• PROBLEM
Transcribe the entries, keeping every character the same.

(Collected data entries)
"""

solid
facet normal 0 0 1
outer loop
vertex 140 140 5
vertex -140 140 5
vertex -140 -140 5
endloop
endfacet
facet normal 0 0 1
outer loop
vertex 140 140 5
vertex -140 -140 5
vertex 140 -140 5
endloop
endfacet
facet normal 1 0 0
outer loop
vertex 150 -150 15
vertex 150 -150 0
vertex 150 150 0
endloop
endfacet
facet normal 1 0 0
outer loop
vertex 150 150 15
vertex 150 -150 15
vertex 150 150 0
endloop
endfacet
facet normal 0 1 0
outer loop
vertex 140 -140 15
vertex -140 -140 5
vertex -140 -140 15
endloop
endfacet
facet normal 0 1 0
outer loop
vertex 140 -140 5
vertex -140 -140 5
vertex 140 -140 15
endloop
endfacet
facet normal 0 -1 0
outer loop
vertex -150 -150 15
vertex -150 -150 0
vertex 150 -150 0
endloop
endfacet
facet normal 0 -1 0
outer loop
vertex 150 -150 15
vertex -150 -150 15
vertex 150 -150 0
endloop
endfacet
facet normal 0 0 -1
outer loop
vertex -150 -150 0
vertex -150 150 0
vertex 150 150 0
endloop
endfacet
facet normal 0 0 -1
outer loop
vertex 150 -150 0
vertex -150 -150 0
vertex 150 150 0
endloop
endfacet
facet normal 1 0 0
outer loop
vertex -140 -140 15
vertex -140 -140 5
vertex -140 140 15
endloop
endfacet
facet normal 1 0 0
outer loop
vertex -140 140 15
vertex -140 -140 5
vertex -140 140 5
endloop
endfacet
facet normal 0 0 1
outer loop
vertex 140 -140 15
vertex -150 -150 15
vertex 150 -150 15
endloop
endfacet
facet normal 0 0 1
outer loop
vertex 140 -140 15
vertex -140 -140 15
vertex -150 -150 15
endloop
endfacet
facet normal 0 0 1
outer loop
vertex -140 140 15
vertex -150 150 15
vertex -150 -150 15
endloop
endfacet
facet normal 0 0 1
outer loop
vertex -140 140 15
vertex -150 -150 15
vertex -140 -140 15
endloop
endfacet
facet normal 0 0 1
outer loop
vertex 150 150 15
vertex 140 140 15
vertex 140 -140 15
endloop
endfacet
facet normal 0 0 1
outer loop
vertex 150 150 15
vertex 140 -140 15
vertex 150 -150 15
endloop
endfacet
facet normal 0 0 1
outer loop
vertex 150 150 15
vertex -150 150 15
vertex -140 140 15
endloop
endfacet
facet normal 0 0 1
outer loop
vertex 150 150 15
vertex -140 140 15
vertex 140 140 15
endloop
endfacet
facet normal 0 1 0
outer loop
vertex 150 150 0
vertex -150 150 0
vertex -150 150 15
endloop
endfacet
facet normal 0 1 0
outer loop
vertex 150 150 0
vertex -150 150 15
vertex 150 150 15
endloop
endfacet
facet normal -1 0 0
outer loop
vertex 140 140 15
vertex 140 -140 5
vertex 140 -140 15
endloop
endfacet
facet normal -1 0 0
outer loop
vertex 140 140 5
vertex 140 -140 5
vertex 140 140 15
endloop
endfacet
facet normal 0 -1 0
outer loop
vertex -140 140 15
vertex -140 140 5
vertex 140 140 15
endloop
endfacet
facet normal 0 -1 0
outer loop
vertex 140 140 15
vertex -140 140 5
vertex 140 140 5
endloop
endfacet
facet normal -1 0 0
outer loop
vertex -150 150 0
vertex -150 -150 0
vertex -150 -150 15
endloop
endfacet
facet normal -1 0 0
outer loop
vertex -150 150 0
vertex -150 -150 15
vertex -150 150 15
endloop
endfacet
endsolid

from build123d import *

# Parameters (mm, degrees)
BOX001_W     = 280
BOX001_H     = 280
BOX001_DEPTH = 5
SKETCH_W     = 300
SKETCH_H     = 300
SKETCH_W_2   = 280
SKETCH_H_2   = 280
PAD_DEPTH    = 15


with BuildPart() as cube001:
    # Box001 → Box001 (new body)
    with BuildSketch(Plane(origin=(-140, -140, 0), x_dir=(1, 0, 0), z_dir=(0, 0, 1))):
        with Locations((140, 140)):
            Rectangle(BOX001_W, BOX001_H)
    extrude(amount=BOX001_DEPTH)


with BuildPart() as board_frame:
    # Sketch → Pad (new body)
    with BuildSketch(Plane.XY):
        Rectangle(SKETCH_W, SKETCH_H)
        Rectangle(SKETCH_W_2, SKETCH_H_2, mode=Mode.SUBTRACT)
    extrude(amount=PAD_DEPTH)

    # Fusion: union Cube001
    add(cube001.part)


solid = board_frame.part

"""

• RESULT OF THE TASK
solid
facet normal 0 0 1
outer loop
vertex 140 140 5
vertex -140 140 5
vertex -140 -140 5
endloop
endfacet
facet normal 0 0 1
outer loop
vertex 140 140 5
vertex -140 -140 5
vertex 140 -140 5
endloop
endfacet
facet normal 1 0 0
outer loop
vertex 150 -150 15
vertex 150 -150 0
vertex 150 150 0
endloop
endfacet
facet normal 1 0 0
outer loop
vertex 150 150 15
vertex 150 -150 15
vertex 150 150 0
endloop
endfacet
facet normal 0 1 0
outer loop
vertex 140 -140 15
vertex -140 -140 5
vertex -140 -140 15
endloop
endfacet
facet normal 0 1 0
outer loop
vertex 140 -140 5
vertex -140 -140 5
vertex 140 -140 15
endloop
endfacet
facet normal 0 -1 0
outer loop
vertex -150 -150 15
vertex -150 -150 0
vertex 150 -150 0
endloop
endfacet
facet normal 0 -1 0
outer loop
vertex 150 -150 15
vertex -150 -150 15
vertex 150 -150 0
endloop
endfacet
facet normal 0 0 -1
outer loop
vertex -150 -150 0
vertex -150 150 0
vertex 150 150 0
endloop
endfacet
facet normal 0 0 -1
outer loop
vertex 150 -150 0
vertex -150 -150 0
vertex 150 150 0
endloop
endfacet
facet normal 1 0 0
outer loop
vertex -140 -140 15
vertex -140 -140 5
vertex -140 140 15
endloop
endfacet
facet normal 1 0 0
outer loop
vertex -140 140 15
vertex -140 -140 5
vertex -140 140 5
endloop
endfacet
facet normal 0 0 1
outer loop
vertex 140 -140 15
vertex -150 -150 15
vertex 150 -150 15
endloop
endfacet
facet normal 0 0 1
outer loop
vertex 140 -140 15
vertex -140 -140 15
vertex -150 -150 15
endloop
endfacet
facet normal 0 0 1
outer loop
vertex -140 140 15
vertex -150 150 15
vertex -150 -150 15
endloop
endfacet
facet normal 0 0 1
outer loop
vertex -140 140 15
vertex -150 -150 15
vertex -140 -140 15
endloop
endfacet
facet normal 0 0 1
outer loop
vertex 150 150 15
vertex 140 140 15
vertex 140 -140 15
endloop
endfacet
facet normal 0 0 1
outer loop
vertex 150 150 15
vertex 140 -140 15
vertex 150 -150 15
endloop
endfacet
facet normal 0 0 1
outer loop
vertex 150 150 15
vertex -150 150 15
vertex -140 140 15
endloop
endfacet
facet normal 0 0 1
outer loop
vertex 150 150 15
vertex -140 140 15
vertex 140 140 15
endloop
endfacet
facet normal 0 1 0
outer loop
vertex 150 150 0
vertex -150 150 0
vertex -150 150 15
endloop
endfacet
facet normal 0 1 0
outer loop
vertex 150 150 0
vertex -150 150 15
vertex 150 150 15
endloop
endfacet
facet normal -1 0 0
outer loop
vertex 140 140 15
vertex 140 -140 5
vertex 140 -140 15
endloop
endfacet
facet normal -1 0 0
outer loop
vertex 140 140 5
vertex 140 -140 5
vertex 140 140 15
endloop
endfacet
facet normal 0 -1 0
outer loop
vertex -140 140 15
vertex -140 140 5
vertex 140 140 15
endloop
endfacet
facet normal 0 -1 0
outer loop
vertex 140 140 15
vertex -140 140 5
vertex 140 140 5
endloop
endfacet
facet normal -1 0 0
outer loop
vertex -150 150 0
vertex -150 -150 0
vertex -150 -150 15
endloop
endfacet
facet normal -1 0 0
outer loop
vertex -150 150 0
vertex -150 -150 15
vertex -150 150 15
endloop
endfacet
endsolid

from build123d import *

# Parameters (mm, degrees)
BOX001_W     = 280
BOX001_H     = 280
BOX001_DEPTH = 5
SKETCH_W     = 300
SKETCH_H     = 300
SKETCH_W_2   = 280
SKETCH_H_2   = 280
PAD_DEPTH    = 15


with BuildPart() as cube001:
    # Box001 → Box001 (new body)
    with BuildSketch(Plane(origin=(-140, -140, 0), x_dir=(1, 0, 0), z_dir=(0, 0, 1))):
        with Locations((140, 140)):
            Rectangle(BOX001_W, BOX001_H)
    extrude(amount=BOX001_DEPTH)


with BuildPart() as board_frame:
    # Sketch → Pad (new body)
    with BuildSketch(Plane.XY):
        Rectangle(SKETCH_W, SKETCH_H)
        Rectangle(SKETCH_W_2, SKETCH_H_2, mode=Mode.SUBTRACT)
    extrude(amount=PAD_DEPTH)

    # Fusion: union Cube001
    add(cube001.part)


solid = board_frame.part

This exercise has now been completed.